Welcome and good luck. Leesville is one of my favorites.


----------



## Flippin 416 (Aug 18, 2005)

In front of the FFA camp has been a good spot as well. Stay out a little ways from the shore and drag a jig, Carolina rig and even a deeper running crank.


----------



## BuckeyeFishin07 (Apr 10, 2017)

Flippin 416 said:


> In front of the FFA camp has been a good spot as well. Stay out a little ways from the shore and drag a jig, Carolina rig and even a deeper running crank.


Thank you very much!


----------



## MagicMarker (Mar 19, 2017)

BuckeyeFishin07 said:


> Thank you very much!


I remember paddling canoes there forty years ago when I was in FFA camp


----------



## Lewzer (Apr 5, 2004)

Was out at Leesville yesterday in the kayak dragging around a worm harness and some shad. 
nothing on the shad and only bluegills again on the worm harness.


----------



## BuckeyeFishin07 (Apr 10, 2017)

Lewzer said:


> Was out at Leesville yesterday in the kayak dragging around a worm harness and some shad.
> nothing on the shad and only bluegills again on the worm harness.
> 
> View attachment 371135
> ...


How is the water clarity? If you don't mind me asking?


----------



## kapposgd (Apr 10, 2012)

Karl Wolf said:


> That lake has so much great shore structure to cast to.
> Have you ever stopped to get a drink from the spring on the side of the lake?
> Ice cold and delicious


You know you can get a parasite like tapeworms etc doing that right?

Sent from my SM-G950U using Tapatalk


----------



## Flippin 416 (Aug 18, 2005)

BuckeyeFishin07 said:


> How is the water clarity? If you don't mind me asking?


Mid lake from the dam up past the FFA camp has been fairly clean...the further you go up towards North Fork Marina the more stained the water gets. It's a watermelon seed and green pumpkin color water


----------



## Lewzer (Apr 5, 2004)

The water was turbid. Not muddy but turbid. About 2-3’ of visibility. 

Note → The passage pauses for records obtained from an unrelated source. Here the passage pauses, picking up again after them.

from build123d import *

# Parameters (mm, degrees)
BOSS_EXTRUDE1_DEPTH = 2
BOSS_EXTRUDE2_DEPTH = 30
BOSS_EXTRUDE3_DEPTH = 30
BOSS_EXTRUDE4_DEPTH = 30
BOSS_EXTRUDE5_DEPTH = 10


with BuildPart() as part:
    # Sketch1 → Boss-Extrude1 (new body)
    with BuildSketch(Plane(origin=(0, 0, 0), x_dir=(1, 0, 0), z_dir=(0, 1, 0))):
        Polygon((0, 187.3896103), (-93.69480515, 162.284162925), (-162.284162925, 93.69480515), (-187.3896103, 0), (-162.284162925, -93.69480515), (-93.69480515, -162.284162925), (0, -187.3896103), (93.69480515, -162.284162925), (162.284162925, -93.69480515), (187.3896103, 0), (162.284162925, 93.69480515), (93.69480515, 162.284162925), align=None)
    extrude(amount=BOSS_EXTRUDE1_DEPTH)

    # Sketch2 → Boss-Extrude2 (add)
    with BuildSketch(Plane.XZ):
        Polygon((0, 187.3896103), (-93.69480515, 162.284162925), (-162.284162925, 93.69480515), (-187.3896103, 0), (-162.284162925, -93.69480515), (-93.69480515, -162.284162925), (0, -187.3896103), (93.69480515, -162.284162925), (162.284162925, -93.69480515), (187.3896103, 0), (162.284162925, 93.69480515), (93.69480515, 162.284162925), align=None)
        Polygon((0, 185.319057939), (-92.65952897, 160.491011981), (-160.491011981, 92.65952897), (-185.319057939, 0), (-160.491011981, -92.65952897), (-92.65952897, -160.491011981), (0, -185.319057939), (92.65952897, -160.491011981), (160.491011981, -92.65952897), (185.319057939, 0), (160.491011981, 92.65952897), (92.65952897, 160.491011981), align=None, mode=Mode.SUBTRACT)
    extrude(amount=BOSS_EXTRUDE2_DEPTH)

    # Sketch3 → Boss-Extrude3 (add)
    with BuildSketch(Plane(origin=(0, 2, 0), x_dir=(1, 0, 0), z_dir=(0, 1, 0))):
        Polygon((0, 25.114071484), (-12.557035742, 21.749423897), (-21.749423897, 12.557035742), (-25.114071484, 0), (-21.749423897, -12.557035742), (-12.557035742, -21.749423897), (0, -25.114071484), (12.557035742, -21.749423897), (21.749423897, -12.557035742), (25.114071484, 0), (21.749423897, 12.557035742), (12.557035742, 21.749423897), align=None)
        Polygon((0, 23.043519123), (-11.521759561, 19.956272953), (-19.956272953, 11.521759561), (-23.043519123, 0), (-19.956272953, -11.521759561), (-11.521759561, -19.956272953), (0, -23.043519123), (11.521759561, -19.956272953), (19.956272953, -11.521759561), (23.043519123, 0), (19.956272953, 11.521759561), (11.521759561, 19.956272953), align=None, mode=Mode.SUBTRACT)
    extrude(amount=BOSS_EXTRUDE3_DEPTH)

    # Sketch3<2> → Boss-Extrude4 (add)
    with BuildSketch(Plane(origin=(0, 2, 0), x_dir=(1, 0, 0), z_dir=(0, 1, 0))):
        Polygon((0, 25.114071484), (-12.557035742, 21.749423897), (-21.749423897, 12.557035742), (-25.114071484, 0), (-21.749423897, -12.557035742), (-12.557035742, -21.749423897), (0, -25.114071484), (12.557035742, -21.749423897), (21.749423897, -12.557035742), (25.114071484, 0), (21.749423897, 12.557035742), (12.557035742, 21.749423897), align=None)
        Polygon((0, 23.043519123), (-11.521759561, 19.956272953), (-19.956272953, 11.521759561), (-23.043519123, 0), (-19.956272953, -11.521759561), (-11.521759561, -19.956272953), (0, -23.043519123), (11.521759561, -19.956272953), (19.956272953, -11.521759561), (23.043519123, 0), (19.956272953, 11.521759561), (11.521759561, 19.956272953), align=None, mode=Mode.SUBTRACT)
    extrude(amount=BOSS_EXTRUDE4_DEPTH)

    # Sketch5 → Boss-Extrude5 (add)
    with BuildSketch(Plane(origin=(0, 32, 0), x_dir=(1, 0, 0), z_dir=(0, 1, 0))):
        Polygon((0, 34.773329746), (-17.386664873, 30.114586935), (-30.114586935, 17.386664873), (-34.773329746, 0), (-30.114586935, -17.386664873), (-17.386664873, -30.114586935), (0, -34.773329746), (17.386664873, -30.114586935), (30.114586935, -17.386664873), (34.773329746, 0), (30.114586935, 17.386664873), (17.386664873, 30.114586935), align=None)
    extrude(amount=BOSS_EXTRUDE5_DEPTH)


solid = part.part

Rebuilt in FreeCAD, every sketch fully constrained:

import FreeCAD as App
import Part
import Sketcher
from FreeCAD import Vector
Q = App.Units.Quantity


def add_polygon(sketch, points):
    """Adds a closed chain of lines whose ends are joined by coincident constraints."""
    first, n = sketch.GeometryCount, len(points)
    for a, b in zip(points, points[1:] + points[:1]):
        sketch.addGeometry(Part.LineSegment(App.Vector(*a, 0), App.Vector(*b, 0)), False)
    for i in range(n):
        sketch.addConstraint(Sketcher.Constraint("Coincident", first + i, 2, first + (i + 1) % n, 1))

doc = App.newDocument("Part")
body = doc.addObject("PartDesign::Body", "Body")

# Sketch on XZ plane
sketch1 = body.newObject("Sketcher::SketchObject", "Sketch")
sketch1.AttachmentSupport = (doc.getObject("XZ_Plane"), [""])
sketch1.MapMode = "FlatFace"
add_polygon(sketch1, [(0, -187.38961), (-93.694805, -162.284163), (-162.284163, -93.694805), (-187.38961, 0), (-162.284163, 93.694805), (-93.694805, 162.284163), (0, 187.38961), (93.694805, 162.284163), (162.284163, 93.694805), (187.38961, 0), (162.284163, -93.694805), (93.694805, -162.284163)])  # lines 0-11
sketch1.addConstraint(Sketcher.Constraint("Symmetric", 0, 2, 6, 2, -1, 1))
sketch1.addConstraint(Sketcher.Constraint("Symmetric", 1, 2, 7, 2, -1, 1))
sketch1.addConstraint(Sketcher.Constraint("Symmetric", 2, 2, 8, 2, -1, 1))
sketch1.addConstraint(Sketcher.Constraint("Symmetric", 3, 2, 9, 2, -1, 1))
sketch1.addConstraint(Sketcher.Constraint("Symmetric", 4, 2, 10, 2, -1, 1))
sketch1.addConstraint(Sketcher.Constraint("Symmetric", 5, 2, 11, 2, -1, 1))
sketch1.addConstraint(Sketcher.Constraint("Symmetric", 4, 2, 6, 2, -2))
sketch1.addConstraint(Sketcher.Constraint("Symmetric", 3, 2, 7, 2, -2))
sketch1.addConstraint(Sketcher.Constraint("PointOnObject", 2, 2, -1))
sketch1.addConstraint(Sketcher.Constraint("PointOnObject", 5, 2, -2))
sketch1.addConstraint(Sketcher.Constraint("Perpendicular", 0, 3))
sketch1.addConstraint(Sketcher.Constraint("Perpendicular", 1, 4))
sketch1.addConstraint(Sketcher.Constraint("Equal", 0, 1))
sketch1.addConstraint(Sketcher.Constraint("Equal", 1, 2))
sketch1.addConstraint(Sketcher.Constraint("Angle", 0, Q("165 deg")))
sketch1.addConstraint(Sketcher.Constraint("Distance", 0, 97.0))
pad1 = body.newObject("PartDesign::Pad", "Pad")
pad1.Profile = sketch1
pad1.Length = 2
pad1.Reversed = True

# Sketch on XZ plane
sketch2 = body.newObject("Sketcher::SketchObject", "Sketch001")
sketch2.AttachmentSupport = (doc.getObject("XZ_Plane"), [""])
sketch2.MapMode = "FlatFace"
add_polygon(sketch2, [(0, 187.38961), (-93.694805, 162.284163), (-162.284163, 93.694805), (-187.38961, 0), (-162.284163, -93.694805), (-93.694805, -162.284163), (0, -187.38961), (93.694805, -162.284163), (162.284163, -93.694805), (187.38961, 0), (162.284163, 93.694805), (93.694805, 162.284163)])  # lines 0-11
add_polygon(sketch2, [(-92.659529, 160.491012), (0, 185.319058), (92.659529, 160.491012), (160.491012, 92.659529), (185.319058, 0), (160.491012, -92.659529), (92.659529, -160.491012), (0, -185.319058), (-92.659529, -160.491012), (-160.491012, -92.659529), (-185.319058, 0), (-160.491012, 92.659529)])  # lines 12-23
sketch2.addConstraint(Sketcher.Constraint("Symmetric", 0, 2, 6, 2, -1, 1))
sketch2.addConstraint(Sketcher.Constraint("Symmetric", 1, 2, 7, 2, -1, 1))
sketch2.addConstraint(Sketcher.Constraint("Symmetric", 2, 2, 8, 2, -1, 1))
sketch2.addConstraint(Sketcher.Constraint("Symmetric", 3, 2, 9, 2, -1, 1))
sketch2.addConstraint(Sketcher.Constraint("Symmetric", 4, 2, 10, 2, -1, 1))
sketch2.addConstraint(Sketcher.Constraint("Symmetric", 5, 2, 11, 2, -1, 1))
sketch2.addConstraint(Sketcher.Constraint("Symmetric", 12, 2, 18, 2, -1, 1))
sketch2.addConstraint(Sketcher.Constraint("Symmetric", 13, 2, 19, 2, -1, 1))
sketch2.addConstraint(Sketcher.Constraint("Symmetric", 14, 2, 20, 2, -1, 1))
sketch2.addConstraint(Sketcher.Constraint("Symmetric", 15, 2, 21, 2, -1, 1))
sketch2.addConstraint(Sketcher.Constraint("Symmetric", 16, 2, 22, 2, -1, 1))
sketch2.addConstraint(Sketcher.Constraint("Symmetric", 17, 2, 23, 2, -1, 1))
sketch2.addConstraint(Sketcher.Constraint("Symmetric", 4, 2, 6, 2, -2))
sketch2.addConstraint(Sketcher.Constraint("Symmetric", 3, 2, 7, 2, -2))
sketch2.addConstraint(Sketcher.Constraint("Symmetric", 17, 2, 19, 2, -2))
sketch2.addConstraint(Sketcher.Constraint("Symmetric", 16, 2, 20, 2, -2))
sketch2.addConstraint(Sketcher.Constraint("PointOnObject", 2, 2, -1))
sketch2.addConstraint(Sketcher.Constraint("PointOnObject", 5, 2, -2))
sketch2.addConstraint(Sketcher.Constraint("PointOnObject", 12, 2, -2))
sketch2.addConstraint(Sketcher.Constraint("PointOnObject", 15, 2, -1))
sketch2.addConstraint(Sketcher.Constraint("Perpendicular", 0, 3))
sketch2.addConstraint(Sketcher.Constraint("Perpendicular", 1, 4))
sketch2.addConstraint(Sketcher.Constraint("Perpendicular", 9, 12))
sketch2.addConstraint(Sketcher.Constraint("Parallel", 10, 14))
sketch2.addConstraint(Sketcher.Constraint("Perpendicular", 12, 15))
sketch2.addConstraint(Sketcher.Constraint("Equal", 0, 1))
sketch2.addConstraint(Sketcher.Constraint("Equal", 1, 2))
sketch2.addConstraint(Sketcher.Constraint("Equal", 13, 14))
sketch2.addConstraint(Sketcher.Constraint("Equal", 14, 15))
sketch2.addConstraint(Sketcher.Constraint("Angle", 0, Q("-165 deg")))
sketch2.addConstraint(Sketcher.Constraint("Distance", 0, 97.0))
sketch2.addConstraint(Sketcher.Constraint("DistanceY", 13, 2, 11, 2, 26.898598))
pad2 = body.newObject("PartDesign::Pad", "Pad001")
pad2.Profile = sketch2
pad2.Length = 30

# Sketch on XZ plane
sketch3 = body.newObject("Sketcher::SketchObject", "Sketch002")
sketch3.AttachmentSupport = (doc.getObject("XZ_Plane"), [""])
sketch3.MapMode = "FlatFace"
sketch3.AttachmentOffset = App.Placement(Vector(0, 0, -2), App.Rotation())
add_polygon(sketch3, [(0, -25.114071), (-12.557036, -21.749424), (-21.749424, -12.557036), (-25.114071, 0), (-21.749424, 12.557036), (-12.557036, 21.749424), (0, 25.114071), (12.557036, 21.749424), (21.749424, 12.557036), (25.114071, 0), (21.749424, -12.557036), (12.557036, -21.749424)])  # lines 0-11
add_polygon(sketch3, [(-11.52176, -19.956273), (0, -23.043519), (11.52176, -19.956273), (19.956273, -11.52176), (23.043519, 0), (19.956273, 11.52176), (11.52176, 19.956273), (0, 23.043519), (-11.52176, 19.956273), (-19.956273, 11.52176), (-23.043519, 0), (-19.956273, -11.52176)])  # lines 12-23
sketch3.addConstraint(Sketcher.Constraint("Symmetric", 0, 2, 6, 2, -1, 1))
sketch3.addConstraint(Sketcher.Constraint("Symmetric", 1, 2, 7, 2, -1, 1))
sketch3.addConstraint(Sketcher.Constraint("Symmetric", 2, 2, 8, 2, -1, 1))
sketch3.addConstraint(Sketcher.Constraint("Symmetric", 3, 2, 9, 2, -1, 1))
sketch3.addConstraint(Sketcher.Constraint("Symmetric", 4, 2, 10, 2, -1, 1))
sketch3.addConstraint(Sketcher.Constraint("Symmetric", 5, 2, 11, 2, -1, 1))
sketch3.addConstraint(Sketcher.Constraint("Symmetric", 12, 2, 18, 2, -1, 1))
sketch3.addConstraint(Sketcher.Constraint("Symmetric", 13, 2, 19, 2, -1, 1))
sketch3.addConstraint(Sketcher.Constraint("Symmetric", 14, 2, 20, 2, -1, 1))
sketch3.addConstraint(Sketcher.Constraint("Symmetric", 15, 2, 21, 2, -1, 1))
sketch3.addConstraint(Sketcher.Constraint("Symmetric", 16, 2, 22, 2, -1, 1))
sketch3.addConstraint(Sketcher.Constraint("Symmetric", 17, 2, 23, 2, -1, 1))
sketch3.addConstraint(Sketcher.Constraint("Symmetric", 4, 2, 6, 2, -2))
sketch3.addConstraint(Sketcher.Constraint("Symmetric", 3, 2, 7, 2, -2))
sketch3.addConstraint(Sketcher.Constraint("Symmetric", 17, 2, 19, 2, -2))
sketch3.addConstraint(Sketcher.Constraint("Symmetric", 16, 2, 20, 2, -2))
sketch3.addConstraint(Sketcher.Constraint("PointOnObject", 2, 2, -1))
sketch3.addConstraint(Sketcher.Constraint("PointOnObject", 5, 2, -2))
sketch3.addConstraint(Sketcher.Constraint("PointOnObject", 12, 2, -2))
sketch3.addConstraint(Sketcher.Constraint("PointOnObject", 15, 2, -1))
sketch3.addConstraint(Sketcher.Constraint("Perpendicular", 0, 3))
sketch3.addConstraint(Sketcher.Constraint("Perpendicular", 1, 4))
sketch3.addConstraint(Sketcher.Constraint("Perpendicular", 9, 12))
sketch3.addConstraint(Sketcher.Constraint("Parallel", 10, 14))
sketch3.addConstraint(Sketcher.Constraint("Perpendicular", 12, 15))
sketch3.addConstraint(Sketcher.Constraint("Equal", 0, 1))
sketch3.addConstraint(Sketcher.Constraint("Equal", 1, 2))
sketch3.addConstraint(Sketcher.Constraint("Equal", 13, 14))
sketch3.addConstraint(Sketcher.Constraint("Equal", 14, 15))
sketch3.addConstraint(Sketcher.Constraint("Angle", 0, Q("165 deg")))
sketch3.addConstraint(Sketcher.Constraint("Distance", 0, 13.0))
sketch3.addConstraint(Sketcher.Constraint("DistanceY", 11, 2, 13, 2, 5.157799))
pad3 = body.newObject("PartDesign::Pad", "Pad002")
pad3.Profile = sketch3
pad3.Length = 30
pad3.Reversed = True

About fresh water springs, I have been drinking out of them for decades. My uncle has one going into his lake. There’s one by the Wayne County airport north of Smithville and one in Rogues Hollow. Everyone stops by and fills multiple gallon milk jugs. 
I think unground spring filtered water is pretty safe. Heck, I swallow plenty of lake water every time I go swimming.


----------



## BuckeyeFishin07 (Apr 10, 2017)

Thank you guys for the reports! Now just to find the bass tomorrow morning!


----------



## Lewzer (Apr 5, 2004)

I may be out there again tomorrow. If you see a kayak drifting with 2 rods that’s most likely me.


----------



## Flippin 416 (Aug 18, 2005)

Let us know how it goes Buckeye!!!
I am contemplating running out there after work tonight...hmmmmm


----------



## Karl Wolf (Apr 26, 2020)

kapposgd said:


> You know you can get a parasite like tapeworms etc doing that right?
> 
> Sent from my SM-G950U using Tapatalk


Sometimes, you just got to live.


----------



## BuckeyeFishin07 (Apr 10, 2017)

Lewzer said:


> I may be out there again tomorrow. If you see a kayak drifting with 2 rods that’s most likely me.


We will be the two big guys in a Bass Tracker Pro 170!


----------



## BuckeyeFishin07 (Apr 10, 2017)

Flippin 416 said:


> Let us know how it goes Buckeye!!!
> I am contemplating running out there after work tonight...hmmmmm


Will do man!


----------



## Karl Wolf (Apr 26, 2020)

Lewzer said:


> I may be out there again tomorrow. If you see a kayak drifting with 2 rods that’s most likely me.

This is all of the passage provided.